Exactly as they appear below, repeat the lines from the one with "# Sketch → Pad (new body)" through the one with "Line((8.5, -42), (8.5, -32))", and no others.

Records from a data collection:
'''

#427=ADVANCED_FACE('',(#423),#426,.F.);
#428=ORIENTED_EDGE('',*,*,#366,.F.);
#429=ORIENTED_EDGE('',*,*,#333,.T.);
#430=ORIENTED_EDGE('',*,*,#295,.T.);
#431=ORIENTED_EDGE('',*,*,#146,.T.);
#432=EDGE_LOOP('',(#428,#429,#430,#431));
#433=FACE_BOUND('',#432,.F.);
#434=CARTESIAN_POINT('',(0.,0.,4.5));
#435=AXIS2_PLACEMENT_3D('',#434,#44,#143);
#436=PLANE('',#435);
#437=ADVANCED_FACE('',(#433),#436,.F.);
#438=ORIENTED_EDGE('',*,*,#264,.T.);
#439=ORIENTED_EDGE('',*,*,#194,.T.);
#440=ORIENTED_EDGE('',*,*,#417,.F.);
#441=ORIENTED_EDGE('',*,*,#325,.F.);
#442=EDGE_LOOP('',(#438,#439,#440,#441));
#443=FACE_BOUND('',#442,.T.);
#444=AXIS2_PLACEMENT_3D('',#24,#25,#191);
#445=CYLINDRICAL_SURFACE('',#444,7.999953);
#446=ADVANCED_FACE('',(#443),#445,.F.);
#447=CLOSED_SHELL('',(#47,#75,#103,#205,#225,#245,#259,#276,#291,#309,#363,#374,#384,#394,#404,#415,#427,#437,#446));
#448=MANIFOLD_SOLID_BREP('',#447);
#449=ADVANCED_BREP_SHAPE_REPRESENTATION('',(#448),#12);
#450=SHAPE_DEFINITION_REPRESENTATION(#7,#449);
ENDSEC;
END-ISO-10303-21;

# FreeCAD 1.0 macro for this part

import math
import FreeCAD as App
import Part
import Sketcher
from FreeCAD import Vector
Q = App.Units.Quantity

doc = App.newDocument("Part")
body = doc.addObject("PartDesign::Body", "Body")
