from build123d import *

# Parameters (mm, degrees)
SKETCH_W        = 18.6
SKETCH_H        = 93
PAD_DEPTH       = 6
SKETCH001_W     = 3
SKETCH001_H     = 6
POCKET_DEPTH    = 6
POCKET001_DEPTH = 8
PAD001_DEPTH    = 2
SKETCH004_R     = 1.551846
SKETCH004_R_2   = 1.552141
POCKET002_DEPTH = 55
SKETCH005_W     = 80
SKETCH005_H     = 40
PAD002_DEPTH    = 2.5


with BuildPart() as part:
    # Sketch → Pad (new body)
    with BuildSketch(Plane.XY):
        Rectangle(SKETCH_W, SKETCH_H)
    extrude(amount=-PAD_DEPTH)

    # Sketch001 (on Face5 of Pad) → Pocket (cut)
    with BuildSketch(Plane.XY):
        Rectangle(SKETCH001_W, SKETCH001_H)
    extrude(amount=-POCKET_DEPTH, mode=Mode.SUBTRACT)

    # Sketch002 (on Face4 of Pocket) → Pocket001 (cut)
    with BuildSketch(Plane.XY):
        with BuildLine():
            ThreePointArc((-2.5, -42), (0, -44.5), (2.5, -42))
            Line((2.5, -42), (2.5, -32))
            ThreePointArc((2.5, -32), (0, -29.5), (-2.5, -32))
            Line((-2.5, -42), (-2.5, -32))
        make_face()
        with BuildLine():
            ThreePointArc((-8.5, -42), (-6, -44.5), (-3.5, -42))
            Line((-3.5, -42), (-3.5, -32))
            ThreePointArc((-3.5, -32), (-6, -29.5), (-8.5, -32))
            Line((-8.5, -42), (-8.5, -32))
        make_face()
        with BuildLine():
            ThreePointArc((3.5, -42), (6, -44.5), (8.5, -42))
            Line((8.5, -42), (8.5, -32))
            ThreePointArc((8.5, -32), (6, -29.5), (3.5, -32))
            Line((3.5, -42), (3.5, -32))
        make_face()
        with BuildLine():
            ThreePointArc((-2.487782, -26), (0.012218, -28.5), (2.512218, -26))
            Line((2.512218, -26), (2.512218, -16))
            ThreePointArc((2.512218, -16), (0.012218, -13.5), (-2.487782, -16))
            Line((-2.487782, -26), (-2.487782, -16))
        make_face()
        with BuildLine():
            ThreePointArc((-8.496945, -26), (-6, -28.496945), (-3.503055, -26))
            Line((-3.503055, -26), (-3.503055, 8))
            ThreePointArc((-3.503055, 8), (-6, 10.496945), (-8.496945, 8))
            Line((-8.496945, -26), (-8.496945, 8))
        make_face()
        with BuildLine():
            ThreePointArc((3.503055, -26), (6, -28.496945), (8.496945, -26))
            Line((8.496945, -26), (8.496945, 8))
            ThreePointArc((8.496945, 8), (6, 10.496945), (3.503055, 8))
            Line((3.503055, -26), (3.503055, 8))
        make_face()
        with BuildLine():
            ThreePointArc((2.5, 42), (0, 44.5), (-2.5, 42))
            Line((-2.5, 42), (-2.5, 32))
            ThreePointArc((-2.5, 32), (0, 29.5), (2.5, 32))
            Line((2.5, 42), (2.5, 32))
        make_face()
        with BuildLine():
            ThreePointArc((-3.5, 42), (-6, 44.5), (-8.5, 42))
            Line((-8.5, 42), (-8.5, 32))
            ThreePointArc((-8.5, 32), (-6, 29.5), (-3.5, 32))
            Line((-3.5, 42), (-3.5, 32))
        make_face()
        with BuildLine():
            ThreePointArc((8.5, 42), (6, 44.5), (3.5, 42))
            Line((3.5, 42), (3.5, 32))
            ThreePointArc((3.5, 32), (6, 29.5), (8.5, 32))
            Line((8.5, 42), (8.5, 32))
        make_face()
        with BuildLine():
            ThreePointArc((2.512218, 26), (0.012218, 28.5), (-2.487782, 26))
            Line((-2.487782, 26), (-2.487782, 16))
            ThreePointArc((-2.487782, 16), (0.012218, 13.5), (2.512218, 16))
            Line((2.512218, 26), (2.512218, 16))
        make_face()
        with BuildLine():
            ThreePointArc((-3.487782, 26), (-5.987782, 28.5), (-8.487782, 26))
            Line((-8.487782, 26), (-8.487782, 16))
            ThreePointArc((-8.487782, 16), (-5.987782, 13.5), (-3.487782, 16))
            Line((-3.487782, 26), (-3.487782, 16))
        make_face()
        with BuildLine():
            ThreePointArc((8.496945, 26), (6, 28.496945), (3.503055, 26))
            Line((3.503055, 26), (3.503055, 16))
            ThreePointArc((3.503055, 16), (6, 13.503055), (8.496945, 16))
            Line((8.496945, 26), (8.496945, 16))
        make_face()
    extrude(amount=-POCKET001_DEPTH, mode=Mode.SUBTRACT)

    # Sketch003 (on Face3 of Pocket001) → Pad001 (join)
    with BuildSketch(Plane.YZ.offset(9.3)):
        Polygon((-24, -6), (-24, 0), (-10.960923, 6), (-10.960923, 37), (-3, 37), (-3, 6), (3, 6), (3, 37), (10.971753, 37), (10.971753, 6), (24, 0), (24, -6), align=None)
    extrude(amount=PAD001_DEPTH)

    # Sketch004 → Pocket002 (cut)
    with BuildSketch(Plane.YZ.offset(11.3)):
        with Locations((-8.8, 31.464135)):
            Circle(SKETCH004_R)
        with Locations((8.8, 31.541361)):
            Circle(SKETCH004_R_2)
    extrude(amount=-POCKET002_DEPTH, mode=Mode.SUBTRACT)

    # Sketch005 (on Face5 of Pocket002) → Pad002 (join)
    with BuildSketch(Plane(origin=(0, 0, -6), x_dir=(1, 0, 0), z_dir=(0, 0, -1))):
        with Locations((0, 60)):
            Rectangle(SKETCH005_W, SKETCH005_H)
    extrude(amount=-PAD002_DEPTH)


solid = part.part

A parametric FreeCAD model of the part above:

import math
import FreeCAD as App
import Part
import Sketcher
from FreeCAD import Vector


def add_polygon(sketch, points):
    """Adds a closed chain of lines whose ends are joined by coincident constraints."""
    first, n = sketch.GeometryCount, len(points)
    for a, b in zip(points, points[1:] + points[:1]):
        sketch.addGeometry(Part.LineSegment(App.Vector(*a, 0), App.Vector(*b, 0)), False)
    for i in range(n):
        sketch.addConstraint(Sketcher.Constraint("Coincident", first + i, 2, first + (i + 1) % n, 1))

doc = App.newDocument("Part")
body = doc.addObject("PartDesign::Body", "Body")

# Sketch on XY plane
sketch1 = doc.addObject("Sketcher::SketchObject", "Sketch")
body.addObject(sketch1)
sketch1.AttachmentSupport = (doc.XY_Plane, [""])
sketch1.MapMode = "FlatFace"
add_polygon(sketch1, [(-9, 46), (-9, -46), (9, -46), (9, 46)])  # lines 0-3
sketch1.addConstraint(Sketcher.Constraint("Vertical", 0))
sketch1.addConstraint(Sketcher.Constraint("Horizontal", 1))
sketch1.addConstraint(Sketcher.Constraint("Vertical", 2))
sketch1.addConstraint(Sketcher.Constraint("Horizontal", 3))
sketch1.addConstraint(Sketcher.Constraint("Symmetric", 0, 2, 2, 2, -1, 1))
sketch1.addConstraint(Sketcher.Constraint("DistanceY", 0, 2, 0, 1, 93.0))
sketch1.addConstraint(Sketcher.Constraint("DistanceX", 1, 1, 1, 2, 18.6))
pad1 = doc.addObject("PartDesign::Pad", "Pad")
body.addObject(pad1)
pad1.Profile = sketch1
pad1.Length = 6
pad1.Reversed = True

# Sketch on XY plane
sketch2 = doc.addObject("Sketcher::SketchObject", "Sketch001")
body.addObject(sketch2)
sketch2.AttachmentSupport = (doc.XY_Plane, [""])
sketch2.MapMode = "FlatFace"
add_polygon(sketch2, [(-1.5, 3), (-1.5, -3), (1.5, -3), (1.5, 3)])  # lines 0-3
sketch2.addConstraint(Sketcher.Constraint("Vertical", 0))
sketch2.addConstraint(Sketcher.Constraint("Horizontal", 1))
sketch2.addConstraint(Sketcher.Constraint("Vertical", 2))
sketch2.addConstraint(Sketcher.Constraint("Horizontal", 3))
sketch2.addConstraint(Sketcher.Constraint("Symmetric", 0, 2, 2, 2, -1, 1))
sketch2.addConstraint(Sketcher.Constraint("DistanceX", 1, 1, 1, 2, 3.0))
sketch2.addConstraint(Sketcher.Constraint("DistanceY", 0, 2, 0, 1, 6.0))
pocket1 = doc.addObject("PartDesign::Pocket", "Pocket")
body.addObject(pocket1)
pocket1.Profile = sketch2
pocket1.Length = 6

'''

* Answer space *
    # Sketch → Pad (new body)
    with BuildSketch(Plane.XY):
        Rectangle(SKETCH_W, SKETCH_H)
    extrude(amount=-PAD_DEPTH)

    # Sketch001 (on Face5 of Pad) → Pocket (cut)
    with BuildSketch(Plane.XY):
        Rectangle(SKETCH001_W, SKETCH001_H)
    extrude(amount=-POCKET_DEPTH, mode=Mode.SUBTRACT)

    # Sketch002 (on Face4 of Pocket) → Pocket001 (cut)
    with BuildSketch(Plane.XY):
        with BuildLine():
            ThreePointArc((-2.5, -42), (0, -44.5), (2.5, -42))
            Line((2.5, -42), (2.5, -32))
            ThreePointArc((2.5, -32), (0, -29.5), (-2.5, -32))
            Line((-2.5, -42), (-2.5, -32))
        make_face()
        with BuildLine():
            ThreePointArc((-8.5, -42), (-6, -44.5), (-3.5, -42))
            Line((-3.5, -42), (-3.5, -32))
            ThreePointArc((-3.5, -32), (-6, -29.5), (-8.5, -32))
            Line((-8.5, -42), (-8.5, -32))
        make_face()
        with BuildLine():
            ThreePointArc((3.5, -42), (6, -44.5), (8.5, -42))
            Line((8.5, -42), (8.5, -32))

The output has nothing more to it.